Meaningful Use Rule: Just the Beginning of Tightening Regulation of Electronic Health Records

Meaningful Use Rule: Just the Beginning of Tightening Regulation of Electronic Health Records

Yesterday the Centers for Medicare and Medicaid Services (CMS) announced its long-awaited rule specifying the requirements that physicians and other health care providers must meet in order to qualify for roughly $19 billion in federal subsidies for electronic health records. But the issuance of the rule, which runs 864 pages, will not end widespread concern about a lack of clarity of the required criteria.
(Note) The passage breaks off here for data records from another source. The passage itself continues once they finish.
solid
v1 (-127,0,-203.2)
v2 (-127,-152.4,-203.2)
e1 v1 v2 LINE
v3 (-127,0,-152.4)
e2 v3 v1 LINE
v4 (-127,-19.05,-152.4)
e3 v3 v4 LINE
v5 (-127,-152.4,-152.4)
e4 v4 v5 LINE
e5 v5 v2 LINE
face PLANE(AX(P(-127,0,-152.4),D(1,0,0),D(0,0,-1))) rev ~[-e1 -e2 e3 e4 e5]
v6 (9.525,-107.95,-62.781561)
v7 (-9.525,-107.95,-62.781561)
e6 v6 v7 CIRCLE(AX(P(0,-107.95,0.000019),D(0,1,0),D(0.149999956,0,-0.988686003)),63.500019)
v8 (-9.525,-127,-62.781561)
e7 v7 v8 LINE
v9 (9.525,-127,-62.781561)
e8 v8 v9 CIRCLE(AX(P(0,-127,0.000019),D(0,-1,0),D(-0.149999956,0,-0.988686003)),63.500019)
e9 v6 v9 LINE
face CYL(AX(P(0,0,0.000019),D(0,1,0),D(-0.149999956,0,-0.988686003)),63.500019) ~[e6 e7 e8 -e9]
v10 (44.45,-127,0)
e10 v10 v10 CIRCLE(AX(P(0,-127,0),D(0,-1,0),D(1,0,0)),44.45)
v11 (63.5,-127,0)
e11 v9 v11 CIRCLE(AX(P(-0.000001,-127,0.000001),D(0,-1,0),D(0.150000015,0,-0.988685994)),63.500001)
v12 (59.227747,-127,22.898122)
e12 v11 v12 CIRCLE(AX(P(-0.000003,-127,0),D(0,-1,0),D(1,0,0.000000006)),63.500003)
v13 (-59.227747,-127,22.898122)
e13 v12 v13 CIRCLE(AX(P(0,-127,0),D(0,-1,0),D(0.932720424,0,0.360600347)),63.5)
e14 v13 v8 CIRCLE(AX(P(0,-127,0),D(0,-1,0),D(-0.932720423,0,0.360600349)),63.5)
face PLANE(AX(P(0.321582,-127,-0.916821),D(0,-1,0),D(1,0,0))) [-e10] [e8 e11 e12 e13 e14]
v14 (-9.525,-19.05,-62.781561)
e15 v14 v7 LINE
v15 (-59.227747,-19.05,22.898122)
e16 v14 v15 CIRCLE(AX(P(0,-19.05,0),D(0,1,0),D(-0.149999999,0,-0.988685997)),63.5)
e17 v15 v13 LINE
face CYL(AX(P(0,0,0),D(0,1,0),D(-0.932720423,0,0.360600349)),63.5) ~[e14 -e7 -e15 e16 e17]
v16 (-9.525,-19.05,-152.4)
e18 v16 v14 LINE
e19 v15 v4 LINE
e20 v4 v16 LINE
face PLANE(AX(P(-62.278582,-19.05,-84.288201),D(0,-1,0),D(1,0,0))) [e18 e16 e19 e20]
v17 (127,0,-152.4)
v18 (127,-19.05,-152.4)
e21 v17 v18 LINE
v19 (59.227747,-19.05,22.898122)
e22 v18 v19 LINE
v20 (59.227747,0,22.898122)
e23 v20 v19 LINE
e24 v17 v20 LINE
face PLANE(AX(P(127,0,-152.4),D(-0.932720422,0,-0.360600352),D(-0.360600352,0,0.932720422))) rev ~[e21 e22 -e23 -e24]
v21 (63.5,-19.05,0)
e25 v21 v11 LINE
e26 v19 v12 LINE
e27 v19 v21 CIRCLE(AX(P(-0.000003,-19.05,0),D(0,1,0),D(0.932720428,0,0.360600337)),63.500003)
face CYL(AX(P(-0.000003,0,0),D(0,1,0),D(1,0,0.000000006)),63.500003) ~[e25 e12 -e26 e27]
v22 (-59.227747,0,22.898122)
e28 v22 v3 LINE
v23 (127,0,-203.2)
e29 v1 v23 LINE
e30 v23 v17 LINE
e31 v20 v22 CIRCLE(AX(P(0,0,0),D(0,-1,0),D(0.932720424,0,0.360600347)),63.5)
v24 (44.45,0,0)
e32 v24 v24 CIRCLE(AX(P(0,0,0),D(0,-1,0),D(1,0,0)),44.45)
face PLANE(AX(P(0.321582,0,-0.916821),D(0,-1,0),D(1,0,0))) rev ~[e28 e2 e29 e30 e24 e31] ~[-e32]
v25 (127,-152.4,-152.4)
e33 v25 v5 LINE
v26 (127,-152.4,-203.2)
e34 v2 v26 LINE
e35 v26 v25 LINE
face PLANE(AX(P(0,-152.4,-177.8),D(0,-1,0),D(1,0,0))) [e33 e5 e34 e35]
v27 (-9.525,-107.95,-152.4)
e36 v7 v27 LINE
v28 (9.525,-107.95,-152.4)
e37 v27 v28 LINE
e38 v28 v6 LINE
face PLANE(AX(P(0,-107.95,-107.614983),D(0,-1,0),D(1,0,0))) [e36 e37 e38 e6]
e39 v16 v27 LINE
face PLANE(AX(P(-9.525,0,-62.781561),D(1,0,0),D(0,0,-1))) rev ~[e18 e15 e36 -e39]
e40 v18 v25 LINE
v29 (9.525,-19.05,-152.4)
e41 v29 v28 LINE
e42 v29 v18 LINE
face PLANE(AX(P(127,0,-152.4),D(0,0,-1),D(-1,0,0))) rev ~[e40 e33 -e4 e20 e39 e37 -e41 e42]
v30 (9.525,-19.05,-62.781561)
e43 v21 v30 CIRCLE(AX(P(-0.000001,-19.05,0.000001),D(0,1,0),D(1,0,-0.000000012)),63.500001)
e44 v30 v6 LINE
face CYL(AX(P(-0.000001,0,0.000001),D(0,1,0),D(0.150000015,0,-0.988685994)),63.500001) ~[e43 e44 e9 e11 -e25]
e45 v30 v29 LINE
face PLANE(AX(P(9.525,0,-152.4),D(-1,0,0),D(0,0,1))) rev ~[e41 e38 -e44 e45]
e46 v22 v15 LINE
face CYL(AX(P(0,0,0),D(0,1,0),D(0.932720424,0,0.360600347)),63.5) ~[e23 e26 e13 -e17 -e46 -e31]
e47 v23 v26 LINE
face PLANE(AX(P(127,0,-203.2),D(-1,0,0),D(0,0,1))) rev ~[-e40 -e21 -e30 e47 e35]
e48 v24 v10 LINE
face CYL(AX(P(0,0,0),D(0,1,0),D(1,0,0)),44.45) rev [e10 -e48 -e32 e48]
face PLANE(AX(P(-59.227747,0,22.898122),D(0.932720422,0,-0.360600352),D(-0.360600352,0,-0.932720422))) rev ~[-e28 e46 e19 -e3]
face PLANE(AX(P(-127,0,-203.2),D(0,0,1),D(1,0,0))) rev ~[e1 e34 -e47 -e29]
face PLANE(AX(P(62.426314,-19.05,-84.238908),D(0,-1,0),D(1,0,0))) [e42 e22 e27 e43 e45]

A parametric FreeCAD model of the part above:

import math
import FreeCAD as App
import Part
import Sketcher
from FreeCAD import Vector
Q = App.Units.Quantity

doc = App.newDocument("Part")
body = doc.addObject("PartDesign::Body", "Body")

# Sketch on XZ plane
sketch1 = body.newObject("Sketcher::SketchObject", "Sketch")
sketch1.AttachmentSupport = (doc.getObject("XZ_Plane"), [""])
sketch1.MapMode = "FlatFace"
sketch1.addGeometry([
    Part.LineSegment(Vector(127, -203, 0), Vector(127, -152, 0)),
    Part.LineSegment(Vector(127, -152, 0), Vector(-127, -152, 0)),
    Part.LineSegment(Vector(-127, -152, 0), Vector(-127, -203, 0)),
    Part.LineSegment(Vector(-127, -203, 0), Vector(127, -203, 0)),
], False)
sketch1.addConstraint([
    Sketcher.Constraint("Coincident", 0, 2, 1, 1),
    Sketcher.Constraint("Coincident", 1, 2, 2, 1),
    Sketcher.Constraint("Coincident", 2, 2, 3, 1),
    Sketcher.Constraint("Coincident", 3, 2, 0, 1),
    Sketcher.Constraint("Vertical", 0),
    Sketcher.Constraint("Horizontal", 1),
    Sketcher.Constraint("Vertical", 2),
    Sketcher.Constraint("Horizontal", 3),
    Sketcher.Constraint("DistanceX", 1, 2, 1, 1, Q("10 in")),
    Sketcher.Constraint("DistanceY", 0, 1, 0, 2, Q("2 in")),
    Sketcher.Constraint("DistanceX", -1, 1, 0, 2, Q("5 in")),
    Sketcher.Constraint("DistanceY", 0, 2, -1, 1, Q("6 in")),
])
pad1 = body.newObject("PartDesign::Pad", "Pad")
pad1.Profile = sketch1
pad1.Length = Q("6 in")

# Sketch on XZ plane
sketch2 = body.newObject("Sketcher::SketchObject", "Sketch001")
sketch2.AttachmentSupport = (doc.getObject("XZ_Plane"), [""])
sketch2.MapMode = "FlatFace"
sketch2.addGeometry([
    Part.ArcOfCircle(Part.Circle(Vector(0, 0, 0), Vector(0, 0, 1), 64), math.radians(0), math.radians(21)),  # 0
    Part.ArcOfCircle(Part.Circle(Vector(0, 0, 0), Vector(0, 0, 1), 64), math.radians(-81), math.radians(0)),  # 1
    Part.LineSegment(Vector(10, -63, 0), Vector(10, -152, 0)),  # 2
    Part.LineSegment(Vector(10, -152, 0), Vector(127, -152, 0)),  # 3
    Part.LineSegment(Vector(127, -152, 0), Vector(59, 23, 0)),  # 4
    Part.ArcOfCircle(Part.Circle(Vector(0, 0, 0), Vector(0, 0, 1), 64), math.radians(159), math.radians(261)),  # 5
    Part.LineSegment(Vector(-59, 23, 0), Vector(-127, -152, 0)),  # 6
    Part.LineSegment(Vector(-127, -152, 0), Vector(-10, -152, 0)),  # 7
    Part.LineSegment(Vector(-10, -152, 0), Vector(-10, -63, 0)),  # 8
], False)
sketch2.addConstraint([
    Sketcher.Constraint("Tangent", 0, 1, 1, 2),
    Sketcher.Constraint("Coincident", 1, 1, 2, 1),
    Sketcher.Constraint("Coincident", 2, 2, 3, 1),
    Sketcher.Constraint("Coincident", 3, 2, 4, 1),
    Sketcher.Constraint("Tangent", 4, 2, 0, 2),
    Sketcher.Constraint("Tangent", 5, 1, 6, 1),
    Sketcher.Constraint("Coincident", 6, 2, 7, 1),
    Sketcher.Constraint("Coincident", 7, 2, 8, 1),
    Sketcher.Constraint("Coincident", 8, 2, 5, 2),
    Sketcher.Constraint("Vertical", 2),
    Sketcher.Constraint("Horizontal", 3),
    Sketcher.Constraint("Horizontal", 7),
    Sketcher.Constraint("Vertical", 8),
    Sketcher.Constraint("Coincident", 0, 3, -1, 1),
    Sketcher.Constraint("Coincident", 5, 3, -1, 1),
    Sketcher.Constraint("Equal", 0, 1),
    Sketcher.Constraint("Equal", 1, 5),
    Sketcher.Constraint("Symmetric", 3, 2, 6, 2, -2),
    Sketcher.Constraint("PointOnObject", 0, 1, -1),
    Sketcher.Constraint("Horizontal", 1, 1, 8, 2),
    Sketcher.Constraint("Radius", 0, Q("2.5000001 in")),
    Sketcher.Constraint("DistanceY", 2, 2, -1, 1, Q("6 in")),
    Sketcher.Constraint("DistanceX", -1, 1, 3, 2, Q("5 in")),
    Sketcher.Constraint("DistanceX", 3, 1, 3, 2, Q("4.625 in")),
])
pad2 = body.newObject("PartDesign::Pad", "Pad001")
pad2.Profile = sketch2
pad2.Length = Q("0.75 in")

# Sketch on XZ plane
sketch3 = body.newObject("Sketcher::SketchObject", "Sketch002")
sketch3.AttachmentSupport = (doc.getObject("XZ_Plane"), [""])
sketch3.MapMode = "FlatFace"
sketch3.addGeometry([
    Part.ArcOfCircle(Part.Circle(Vector(-0.000001, 0.000001, 0), Vector(0, 0, 1), 63.500001), math.radians(-81.373073), math.radians(-0.000001)),  # 0
    Part.ArcOfCircle(Part.Circle(Vector(-0.000003, 0, 0), Vector(0, 0, 1), 63.500003), math.radians(0), math.radians(21.137069)),  # 1
    Part.ArcOfCircle(Part.Circle(Vector(0, 0, 0), Vector(0, 0, 1), 63.5), math.radians(21.13707), math.radians(158.86293)),  # 2
    Part.ArcOfCircle(Part.Circle(Vector(0, 0, 0), Vector(0, 0, 1), 63.5), math.radians(158.86293), math.radians(261.373074)),  # 3
    Part.ArcOfCircle(Part.Circle(Vector(0, 0.000019, 0), Vector(0, 0, 1), 63.500019), math.radians(-98.626924), math.radians(-81.373076)),  # 4
    Part.Circle(Vector(0, 0, 0), Vector(0, 0, 1), 44.45),  # 5
], False)
sketch3.addConstraint([
    Sketcher.Constraint("Coincident", 0, 2, 1, 1),
    Sketcher.Constraint("Coincident", 1, 2, 2, 1),
    Sketcher.Constraint("Coincident", 2, 2, 3, 1),
    Sketcher.Constraint("Coincident", 3, 2, 4, 1),
    Sketcher.Constraint("Coincident", 4, 2, 0, 1),
    Sketcher.Constraint("Coincident", 0, 3, -1, 1),
    Sketcher.Constraint("Coincident", 1, 3, -1, 1),
    Sketcher.Constraint("Coincident", 2, 3, -1, 1),
    Sketcher.Constraint("Coincident", 3, 3, -1, 1),
    Sketcher.Constraint("Coincident", 5, 3, -1, 1),
    Sketcher.Constraint("PointOnObject", 0, 2, -1),
    Sketcher.Constraint("Diameter", 5, Q("3.5 in")),
    Sketcher.Constraint("Radius", 0, Q("2.5 in")),
    Sketcher.Constraint("DistanceX", 3, 2, 4, 2, Q("0.75 in")),
    Sketcher.Constraint("DistanceX", 3, 2, -1, 1, Q("0.375 in")),
    Sketcher.Constraint("Radius", 4, 63.500019),
    Sketcher.Constraint("DistanceY", 4, 3, 1, 2, Q("0.9015001 in")),
    Sketcher.Constraint("DistanceY", 4, 3, 2, 2, Q("0.9015001 in")),
])
pad3 = body.newObject("PartDesign::Pad", "Pad002")
pad3.Profile = sketch3
pad3.Length = Q("5 in")

# Sketch on XZ plane
sketch4 = body.newObject("Sketcher::SketchObject", "Sketch003")
sketch4.AttachmentSupport = (doc.getObject("XZ_Plane"), [""])
sketch4.MapMode = "FlatFace"
sketch4.addGeometry([
    Part.LineSegment(Vector(10, -152, 0), Vector(10, -63, 0)),
    Part.ArcOfCircle(Part.Circle(Vector(0, 0, 0), Vector(0, 0, 1), 64), math.radians(-98.63), math.radians(-81.37)),
    Part.LineSegment(Vector(-10, -63, 0), Vector(-10, -152, 0)),
    Part.LineSegment(Vector(-10, -152, 0), Vector(10, -152, 0)),
], False)
sketch4.addConstraint([
    Sketcher.Constraint("Coincident", 0, 2, 1, 2),
    Sketcher.Constraint("Coincident", 1, 1, 2, 1),
    Sketcher.Constraint("Coincident", 2, 2, 3, 1),
    Sketcher.Constraint("Coincident", 3, 2, 0, 1),
    Sketcher.Constraint("Vertical", 0),
    Sketcher.Constraint("Vertical", 2),
    Sketcher.Constraint("Horizontal", 3),
    Sketcher.Constraint("Symmetric", 0, 2, 1, 1, -2),
    Sketcher.Constraint("DistanceY", 2, 2, -1, 1, Q("6 in")),
    Sketcher.Constraint("DistanceX", 3, 1, 3, 2, Q("0.75 in")),
    Sketcher.Constraint("Radius", 1, 63.500019),
    Sketcher.Constraint("DistanceY", 0, 1, 0, 2, 89.618439),
])
pad4 = body.newObject("PartDesign::Pad", "Pad003")
pad4.Profile = sketch4
pad4.Length = Q("4.25 in")

doc.recompute()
In its proposed meaningful use rule, issued in January, CMS set forth numerous measures for hospitals and physicians to show they were using electronic records to improve quality of care. The measures address safety, patient engagements, care coordination, and privacy and security. During the comment period, many health groups, including the American Medical Association and the American Hospital Association, complained that the criteria were too ambitious and confusing. They asked for greater flexibility and more time to meet the requirements.

The final rule appropriately abandons the initial all-or-nothing approach and offers health care providers some amount of flexibility, allowing alternative ways of demonstrating meaningful use. But this is not the end of the process. More rulemaking is forthcoming. CMS will set further meaningful use criteria in two additional stages between today’s issuance and 2013, with the final stage covering payment year 2015 and thereafter. CMS will tighten the requirements at each step.

Thus, uncertainties and doubts remain about which systems will qualify for payments, increasing investment risk and reducing the incentives to innovate in a rapidly evolving environment. Future regulatory uncertainty will hold back health care providers and software developers as they contemplate the investments they must make in order for the benefits of electronic health records to be realized. Uncertainty can slow innovation and adoption of electronic health records, contrary to the intent of the subsidies.